La rentabilité du magasin ne dépendra pas uniquement de son emplacement. Dans la chaussure, une mauvaise gestion des achats peut dégrader la marge même lorsque le chiffre d’affaires paraît satisfaisant.

Transformer suffisamment de visiteurs en acheteurs

Nous viserons un taux de conversion proche de 24 % la première année, puis légèrement supérieur lorsque la boutique sera mieux connue et que l’assortiment aura été ajusté grâce aux premières données de vente.

Pour progresser, nous suivrons les entrées, les tickets, les ventes par vendeur et les motifs de non-achat observés en magasin. Une fréquentation élevée mais un faible taux de conversion peut révéler un problème de prix, de tailles disponibles, de gamme ou de qualité du conseil.

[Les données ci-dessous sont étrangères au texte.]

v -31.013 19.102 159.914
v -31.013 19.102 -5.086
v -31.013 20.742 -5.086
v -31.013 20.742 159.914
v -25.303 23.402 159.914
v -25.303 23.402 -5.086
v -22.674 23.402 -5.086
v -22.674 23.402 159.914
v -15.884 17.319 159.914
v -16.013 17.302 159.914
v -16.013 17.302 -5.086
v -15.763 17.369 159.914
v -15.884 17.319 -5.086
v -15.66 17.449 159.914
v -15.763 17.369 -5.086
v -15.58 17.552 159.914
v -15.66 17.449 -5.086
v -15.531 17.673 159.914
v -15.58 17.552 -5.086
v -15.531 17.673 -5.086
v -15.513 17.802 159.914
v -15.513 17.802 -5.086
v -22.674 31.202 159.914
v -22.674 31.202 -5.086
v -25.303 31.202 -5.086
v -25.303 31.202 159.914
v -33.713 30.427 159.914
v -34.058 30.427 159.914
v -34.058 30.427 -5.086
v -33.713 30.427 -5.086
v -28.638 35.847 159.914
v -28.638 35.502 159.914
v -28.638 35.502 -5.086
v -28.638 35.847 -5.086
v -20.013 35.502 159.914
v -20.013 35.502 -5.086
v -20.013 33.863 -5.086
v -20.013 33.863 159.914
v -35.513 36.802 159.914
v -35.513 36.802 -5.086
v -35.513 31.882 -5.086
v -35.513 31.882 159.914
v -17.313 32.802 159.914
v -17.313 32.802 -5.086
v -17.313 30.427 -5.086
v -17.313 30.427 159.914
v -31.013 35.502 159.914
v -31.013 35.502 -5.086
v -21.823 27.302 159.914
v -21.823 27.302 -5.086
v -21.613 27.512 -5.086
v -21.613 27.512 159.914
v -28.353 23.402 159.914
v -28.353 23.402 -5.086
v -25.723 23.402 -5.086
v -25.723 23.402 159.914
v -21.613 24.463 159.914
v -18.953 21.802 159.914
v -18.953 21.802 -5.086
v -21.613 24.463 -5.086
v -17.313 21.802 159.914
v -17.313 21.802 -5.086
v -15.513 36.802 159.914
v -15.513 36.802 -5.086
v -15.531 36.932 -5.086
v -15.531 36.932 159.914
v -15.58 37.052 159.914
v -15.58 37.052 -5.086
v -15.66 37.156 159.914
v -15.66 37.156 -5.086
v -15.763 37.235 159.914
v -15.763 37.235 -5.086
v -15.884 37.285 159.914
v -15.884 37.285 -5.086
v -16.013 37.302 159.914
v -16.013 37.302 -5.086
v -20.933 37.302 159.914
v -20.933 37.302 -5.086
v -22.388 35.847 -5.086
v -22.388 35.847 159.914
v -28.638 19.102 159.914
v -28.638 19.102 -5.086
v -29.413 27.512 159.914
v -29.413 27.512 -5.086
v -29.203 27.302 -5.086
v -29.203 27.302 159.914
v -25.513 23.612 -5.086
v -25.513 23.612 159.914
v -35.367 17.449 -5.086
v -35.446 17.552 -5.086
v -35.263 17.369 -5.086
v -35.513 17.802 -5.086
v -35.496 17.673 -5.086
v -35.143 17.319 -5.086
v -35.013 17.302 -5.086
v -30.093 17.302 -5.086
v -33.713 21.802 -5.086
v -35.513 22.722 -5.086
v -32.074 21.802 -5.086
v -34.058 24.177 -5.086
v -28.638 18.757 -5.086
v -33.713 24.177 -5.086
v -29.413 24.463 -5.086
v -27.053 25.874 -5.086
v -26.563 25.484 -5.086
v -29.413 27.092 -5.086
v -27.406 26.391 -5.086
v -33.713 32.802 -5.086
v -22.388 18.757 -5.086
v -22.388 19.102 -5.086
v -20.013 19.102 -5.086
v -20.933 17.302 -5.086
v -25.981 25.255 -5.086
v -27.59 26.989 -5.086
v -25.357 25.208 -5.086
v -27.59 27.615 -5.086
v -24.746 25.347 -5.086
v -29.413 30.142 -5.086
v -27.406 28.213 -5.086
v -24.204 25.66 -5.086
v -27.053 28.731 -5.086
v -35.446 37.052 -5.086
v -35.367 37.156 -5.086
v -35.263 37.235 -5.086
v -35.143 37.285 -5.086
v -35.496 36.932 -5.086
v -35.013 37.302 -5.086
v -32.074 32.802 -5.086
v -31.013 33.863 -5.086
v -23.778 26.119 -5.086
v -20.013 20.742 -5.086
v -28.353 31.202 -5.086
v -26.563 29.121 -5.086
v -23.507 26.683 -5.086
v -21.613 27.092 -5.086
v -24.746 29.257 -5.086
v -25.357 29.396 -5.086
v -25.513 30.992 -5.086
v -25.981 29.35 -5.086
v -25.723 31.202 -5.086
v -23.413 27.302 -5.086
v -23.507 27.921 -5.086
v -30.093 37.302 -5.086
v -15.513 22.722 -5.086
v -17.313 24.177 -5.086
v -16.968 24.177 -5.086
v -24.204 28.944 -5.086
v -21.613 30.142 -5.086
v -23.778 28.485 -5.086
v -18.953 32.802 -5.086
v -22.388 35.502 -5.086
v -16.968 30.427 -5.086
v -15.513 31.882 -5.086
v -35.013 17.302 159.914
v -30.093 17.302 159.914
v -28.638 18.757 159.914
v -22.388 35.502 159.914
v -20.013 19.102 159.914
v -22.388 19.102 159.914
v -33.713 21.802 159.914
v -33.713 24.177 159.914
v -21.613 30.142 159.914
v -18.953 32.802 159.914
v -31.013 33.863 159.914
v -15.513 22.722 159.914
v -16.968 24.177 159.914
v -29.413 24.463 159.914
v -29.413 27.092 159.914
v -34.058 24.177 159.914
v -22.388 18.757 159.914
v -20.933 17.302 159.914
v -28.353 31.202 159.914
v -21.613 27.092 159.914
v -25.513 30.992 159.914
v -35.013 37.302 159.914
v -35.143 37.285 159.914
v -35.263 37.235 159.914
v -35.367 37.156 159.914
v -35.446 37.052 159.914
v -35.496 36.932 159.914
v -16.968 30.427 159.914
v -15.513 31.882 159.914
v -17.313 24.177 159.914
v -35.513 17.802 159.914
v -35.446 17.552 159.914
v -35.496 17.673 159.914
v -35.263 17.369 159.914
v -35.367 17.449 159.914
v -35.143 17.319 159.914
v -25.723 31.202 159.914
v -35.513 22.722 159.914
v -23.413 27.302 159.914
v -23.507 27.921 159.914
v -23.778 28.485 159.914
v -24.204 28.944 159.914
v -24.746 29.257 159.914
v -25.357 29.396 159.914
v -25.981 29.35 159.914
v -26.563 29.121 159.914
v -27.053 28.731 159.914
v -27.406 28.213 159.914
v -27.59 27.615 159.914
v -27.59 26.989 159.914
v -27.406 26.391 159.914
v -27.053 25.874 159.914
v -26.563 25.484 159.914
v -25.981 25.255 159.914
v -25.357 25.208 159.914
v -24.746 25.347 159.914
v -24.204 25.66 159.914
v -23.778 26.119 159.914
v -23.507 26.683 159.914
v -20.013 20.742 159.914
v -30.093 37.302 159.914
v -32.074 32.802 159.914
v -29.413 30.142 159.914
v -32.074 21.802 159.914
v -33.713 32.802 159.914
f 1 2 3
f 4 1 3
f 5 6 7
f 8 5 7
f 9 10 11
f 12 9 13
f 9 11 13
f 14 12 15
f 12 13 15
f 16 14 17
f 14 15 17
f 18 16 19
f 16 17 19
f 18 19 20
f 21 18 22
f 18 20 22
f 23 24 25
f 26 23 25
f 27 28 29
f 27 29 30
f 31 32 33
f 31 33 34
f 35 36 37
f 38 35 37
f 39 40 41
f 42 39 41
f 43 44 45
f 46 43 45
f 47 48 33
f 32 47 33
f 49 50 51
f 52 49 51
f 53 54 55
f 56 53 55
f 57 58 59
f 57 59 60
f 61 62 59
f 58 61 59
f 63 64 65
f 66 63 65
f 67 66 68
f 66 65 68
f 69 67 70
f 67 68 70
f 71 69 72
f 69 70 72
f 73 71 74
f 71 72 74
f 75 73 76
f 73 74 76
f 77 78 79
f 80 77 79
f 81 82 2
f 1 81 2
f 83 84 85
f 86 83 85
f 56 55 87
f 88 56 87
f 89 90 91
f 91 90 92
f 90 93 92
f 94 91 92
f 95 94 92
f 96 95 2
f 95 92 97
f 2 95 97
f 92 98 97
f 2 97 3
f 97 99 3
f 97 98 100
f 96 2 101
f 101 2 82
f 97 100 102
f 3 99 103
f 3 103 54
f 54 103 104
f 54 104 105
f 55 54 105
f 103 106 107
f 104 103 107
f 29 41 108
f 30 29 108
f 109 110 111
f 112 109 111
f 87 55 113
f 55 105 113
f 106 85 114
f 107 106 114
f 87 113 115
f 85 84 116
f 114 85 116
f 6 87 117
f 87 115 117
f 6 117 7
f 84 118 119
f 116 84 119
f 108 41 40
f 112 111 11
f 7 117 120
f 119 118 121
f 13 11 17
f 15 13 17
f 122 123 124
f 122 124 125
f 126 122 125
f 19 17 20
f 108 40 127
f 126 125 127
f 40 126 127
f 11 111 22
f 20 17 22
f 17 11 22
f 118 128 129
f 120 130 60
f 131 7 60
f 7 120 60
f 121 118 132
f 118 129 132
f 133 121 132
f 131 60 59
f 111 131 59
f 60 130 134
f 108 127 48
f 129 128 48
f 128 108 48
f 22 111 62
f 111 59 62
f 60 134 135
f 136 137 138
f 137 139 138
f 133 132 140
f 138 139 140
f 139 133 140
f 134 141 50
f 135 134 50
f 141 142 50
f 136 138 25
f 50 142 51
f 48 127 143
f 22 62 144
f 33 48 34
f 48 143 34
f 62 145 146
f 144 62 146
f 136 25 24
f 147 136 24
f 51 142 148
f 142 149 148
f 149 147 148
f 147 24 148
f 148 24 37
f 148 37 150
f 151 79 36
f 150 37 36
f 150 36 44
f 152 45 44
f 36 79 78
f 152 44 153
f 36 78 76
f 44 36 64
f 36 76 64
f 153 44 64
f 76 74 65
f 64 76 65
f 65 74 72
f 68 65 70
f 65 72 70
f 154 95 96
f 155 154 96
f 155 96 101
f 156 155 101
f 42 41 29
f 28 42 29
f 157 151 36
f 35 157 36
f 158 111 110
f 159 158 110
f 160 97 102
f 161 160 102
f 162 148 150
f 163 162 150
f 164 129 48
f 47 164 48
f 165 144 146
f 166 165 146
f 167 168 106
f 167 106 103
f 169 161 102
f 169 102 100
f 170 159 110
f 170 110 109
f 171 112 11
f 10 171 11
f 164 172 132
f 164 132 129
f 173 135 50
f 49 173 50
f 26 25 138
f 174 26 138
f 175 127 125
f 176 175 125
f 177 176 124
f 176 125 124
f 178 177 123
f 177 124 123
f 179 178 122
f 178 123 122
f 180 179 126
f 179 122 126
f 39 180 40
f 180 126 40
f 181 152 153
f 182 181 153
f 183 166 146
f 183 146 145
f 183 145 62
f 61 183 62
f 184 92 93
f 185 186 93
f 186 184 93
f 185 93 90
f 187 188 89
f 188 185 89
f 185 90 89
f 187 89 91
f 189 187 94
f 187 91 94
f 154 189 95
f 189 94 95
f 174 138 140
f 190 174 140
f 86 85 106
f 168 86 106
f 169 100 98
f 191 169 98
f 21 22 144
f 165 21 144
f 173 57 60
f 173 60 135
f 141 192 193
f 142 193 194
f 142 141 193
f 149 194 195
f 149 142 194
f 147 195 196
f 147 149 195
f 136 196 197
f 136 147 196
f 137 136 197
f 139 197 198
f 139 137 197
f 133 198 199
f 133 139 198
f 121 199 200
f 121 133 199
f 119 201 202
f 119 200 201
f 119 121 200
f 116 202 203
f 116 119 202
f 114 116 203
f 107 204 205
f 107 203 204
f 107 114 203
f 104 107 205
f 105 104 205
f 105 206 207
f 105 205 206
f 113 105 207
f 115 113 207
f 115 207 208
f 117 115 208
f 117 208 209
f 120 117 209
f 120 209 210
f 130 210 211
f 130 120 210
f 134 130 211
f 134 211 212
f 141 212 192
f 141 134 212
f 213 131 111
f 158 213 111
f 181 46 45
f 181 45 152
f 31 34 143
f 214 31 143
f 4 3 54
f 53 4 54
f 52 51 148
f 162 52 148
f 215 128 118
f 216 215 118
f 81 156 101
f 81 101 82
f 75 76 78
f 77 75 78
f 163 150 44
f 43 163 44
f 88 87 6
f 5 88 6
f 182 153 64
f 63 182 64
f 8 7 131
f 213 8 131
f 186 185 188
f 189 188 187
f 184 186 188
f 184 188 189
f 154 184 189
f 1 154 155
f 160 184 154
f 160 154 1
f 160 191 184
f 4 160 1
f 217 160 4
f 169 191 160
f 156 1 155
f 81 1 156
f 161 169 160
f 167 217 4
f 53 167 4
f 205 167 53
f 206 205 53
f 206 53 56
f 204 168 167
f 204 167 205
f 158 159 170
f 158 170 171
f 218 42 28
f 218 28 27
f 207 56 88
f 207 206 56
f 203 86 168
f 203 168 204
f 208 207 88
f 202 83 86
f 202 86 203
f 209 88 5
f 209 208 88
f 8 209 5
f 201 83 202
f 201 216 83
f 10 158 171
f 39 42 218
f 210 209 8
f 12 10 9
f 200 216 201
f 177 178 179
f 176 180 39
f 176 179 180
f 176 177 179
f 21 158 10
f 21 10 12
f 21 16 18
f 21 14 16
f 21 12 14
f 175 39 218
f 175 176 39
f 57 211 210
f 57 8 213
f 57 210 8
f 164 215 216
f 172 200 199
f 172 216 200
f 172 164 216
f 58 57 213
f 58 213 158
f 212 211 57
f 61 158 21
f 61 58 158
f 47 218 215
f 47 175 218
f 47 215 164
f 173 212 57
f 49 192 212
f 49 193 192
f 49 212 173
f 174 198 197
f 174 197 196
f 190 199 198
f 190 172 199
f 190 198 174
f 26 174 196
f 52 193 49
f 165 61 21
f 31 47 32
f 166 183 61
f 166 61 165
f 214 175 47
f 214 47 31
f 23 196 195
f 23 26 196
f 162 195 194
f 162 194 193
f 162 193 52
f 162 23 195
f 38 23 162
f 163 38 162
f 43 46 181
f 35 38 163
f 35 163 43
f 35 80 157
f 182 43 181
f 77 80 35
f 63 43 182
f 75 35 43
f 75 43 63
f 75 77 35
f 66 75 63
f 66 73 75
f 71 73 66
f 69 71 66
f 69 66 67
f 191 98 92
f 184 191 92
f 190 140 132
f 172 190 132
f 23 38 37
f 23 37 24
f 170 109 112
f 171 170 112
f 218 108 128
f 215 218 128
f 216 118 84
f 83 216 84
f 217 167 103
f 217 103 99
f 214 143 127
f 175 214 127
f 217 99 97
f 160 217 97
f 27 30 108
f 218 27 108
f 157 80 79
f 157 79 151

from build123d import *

# Parameters (mm, degrees)
V_SLOT_START                           = -5.085646751
V_SLOT_20X20X500_LINEAR_RAIL_OUTLINE_R = 2.1
V_SLOT_20X20X500_LINEAR_RAIL_DEPTH     = 500
SKETCH1_W                              = 20
SKETCH1_H                              = 335
CUT_EXTRUDE1_DEPTH                     = 497.589794047


# Read off the part's stored shape, not the designer's step: V-Slot 20x20x500 Linear Rail
with BuildPart() as part:
    # V-Slot 20x20x500 Linear Rail outline → V-Slot 20x20x500 Linear Rail (new body)
    with BuildSketch(Plane.XY.offset(V_SLOT_START)):
        with BuildLine():
            Line((-21.613469268, 24.462926439), (-21.613469268, 27.092266268))
            Line((-21.613469268, 27.092266268), (-21.823469268, 27.302266268))
            Line((-21.823469268, 27.302266268), (-21.613469268, 27.512266268))
            Line((-21.613469268, 27.512266268), (-21.613469268, 30.141606096))
            Line((-21.613469268, 30.141606096), (-18.952809096, 32.802266268))
            Line((-18.952809096, 32.802266268), (-17.313469268, 32.802266268))
            Line((-17.313469268, 32.802266268), (-17.313469268, 30.427266268))
            Line((-17.313469268, 30.427266268), (-16.968469268, 30.427266268))
            Line((-16.968469268, 30.427266268), (-15.513469268, 31.882266268))
            Line((-15.513469268, 31.882266268), (-15.513469268, 36.802266268))
            ThreePointArc((-15.513469268, 36.802266268), (-15.659915878, 37.155819658), (-16.013469268, 37.302266268))
            Line((-16.013469268, 37.302266268), (-20.933469268, 37.302266268))
            Line((-20.933469268, 37.302266268), (-22.388469268, 35.847266268))
            Line((-22.388469268, 35.847266268), (-22.388469268, 35.502266268))
            Line((-22.388469268, 35.502266268), (-20.013469268, 35.502266268))
            Line((-20.013469268, 35.502266268), (-20.013469268, 33.862926439))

Protéger la marge en limitant les démarques tardives

Notre objectif n’est pas de vendre toutes les collections au prix fort. Les promotions font partie du modèle, notamment en fin de saison. En revanche, nous voulons éviter de découvrir trop tard qu’un volume important de stock ne se vend plus qu’avec une remise très forte.

Nous analyserons donc rapidement les références lentes. Une réduction modérée appliquée assez tôt peut parfois être plus rentable qu’une remise de 50 % plusieurs mois plus tard, après avoir immobilisé le stock et utilisé de l’espace en réserve.

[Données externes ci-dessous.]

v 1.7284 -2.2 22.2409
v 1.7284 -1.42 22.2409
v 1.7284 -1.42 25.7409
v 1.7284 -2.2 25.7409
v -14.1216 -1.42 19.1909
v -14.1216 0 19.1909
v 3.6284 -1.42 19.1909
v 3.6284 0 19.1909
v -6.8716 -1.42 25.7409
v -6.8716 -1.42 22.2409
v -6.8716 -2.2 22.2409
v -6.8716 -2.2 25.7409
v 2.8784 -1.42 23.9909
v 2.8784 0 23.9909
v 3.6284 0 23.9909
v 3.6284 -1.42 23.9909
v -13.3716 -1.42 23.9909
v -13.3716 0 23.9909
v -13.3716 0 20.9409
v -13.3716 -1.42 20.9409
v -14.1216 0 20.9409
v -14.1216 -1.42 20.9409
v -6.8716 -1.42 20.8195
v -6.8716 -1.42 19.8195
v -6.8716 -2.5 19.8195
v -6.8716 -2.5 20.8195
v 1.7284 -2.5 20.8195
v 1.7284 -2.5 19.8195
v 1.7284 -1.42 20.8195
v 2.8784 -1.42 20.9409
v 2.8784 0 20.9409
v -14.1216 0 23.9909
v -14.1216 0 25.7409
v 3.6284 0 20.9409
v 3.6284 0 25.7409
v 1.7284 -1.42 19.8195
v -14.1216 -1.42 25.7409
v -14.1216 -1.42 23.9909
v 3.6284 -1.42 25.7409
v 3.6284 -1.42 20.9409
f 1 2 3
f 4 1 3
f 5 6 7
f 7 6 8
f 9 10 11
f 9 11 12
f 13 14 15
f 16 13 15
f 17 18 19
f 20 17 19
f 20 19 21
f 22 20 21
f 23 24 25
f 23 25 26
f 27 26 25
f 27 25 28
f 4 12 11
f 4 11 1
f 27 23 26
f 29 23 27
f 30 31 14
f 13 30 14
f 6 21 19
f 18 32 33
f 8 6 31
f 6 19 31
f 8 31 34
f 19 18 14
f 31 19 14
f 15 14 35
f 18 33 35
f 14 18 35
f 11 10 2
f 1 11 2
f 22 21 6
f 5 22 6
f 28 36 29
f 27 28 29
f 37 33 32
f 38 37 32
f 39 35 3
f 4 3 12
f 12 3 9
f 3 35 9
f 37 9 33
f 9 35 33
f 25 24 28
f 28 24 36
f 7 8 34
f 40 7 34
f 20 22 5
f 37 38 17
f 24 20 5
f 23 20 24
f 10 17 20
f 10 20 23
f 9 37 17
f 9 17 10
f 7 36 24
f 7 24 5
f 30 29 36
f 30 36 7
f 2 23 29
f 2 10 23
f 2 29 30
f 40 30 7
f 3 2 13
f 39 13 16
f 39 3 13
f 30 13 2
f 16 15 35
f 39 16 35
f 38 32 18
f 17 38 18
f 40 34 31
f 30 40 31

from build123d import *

# Parameters (mm, degrees)
F3_DEPTH = 1.42
F1_W     = 8.6
F1_H     = 1
F4_DEPTH = 2.5
F2_W     = 8.6
F2_H     = 3.5
F5_DEPTH = 2.2


with BuildPart() as f3:
    # F0 (on Front) → F3 (new body)
    with BuildSketch(Plane.XZ):
        Polygon((3.628443, 25.740858), (-14.121557, 25.740858), (-14.121557, 23.990858), (-13.371557, 23.990858), (-13.371557, 20.940858), (-14.121557, 20.940858), (-14.121557, 19.190858), (3.628443, 19.190858), (3.628443, 20.940858), (2.878443, 20.940858), (2.878443, 23.990858), (3.628443, 23.990858), align=None)
    extrude(amount=F3_DEPTH)

    # F1 (on face) → F4 (join)
    with BuildSketch(Plane.XZ):
        with Locations((-2.571557, 20.319503)):
            Rectangle(F1_W, F1_H)
    extrude(amount=F4_DEPTH)

    # F2 (on face) → F5 (join)
    with BuildSketch(Plane.XZ):
        with Locations((-2.571557, 23.990858)):
            Rectangle(F2_W, F2_H)
    extrude(amount=F5_DEPTH)


solid = f3.part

Acheter les bonnes quantités et pas seulement les bons modèles

Un acheteur peut avoir raison sur le produit et se tromper sur le volume.

Nous fixerons pour chaque collection un budget d’achat par catégorie et par fournisseur. Les commandes seront suivies en valeur, en nombre de paires et en couverture de stock afin d’éviter qu’une saison particulièrement attractive pousse à commander au-delà de la capacité réelle du magasin.

Faire tourner le stock suffisamment vite

Nous visons une rotation d’environ deux fois le stock moyen au coût d’achat la première année, puis une amélioration progressive à mesure que les achats seront mieux calibrés.

Une rotation trop lente consommerait de la trésorerie et augmenterait les démarques. Une rotation trop rapide avec trop peu de stock créerait au contraire des ruptures fréquentes. Notre objectif est donc de trouver un équilibre entre choix, profondeur de tailles et vitesse d’écoulement.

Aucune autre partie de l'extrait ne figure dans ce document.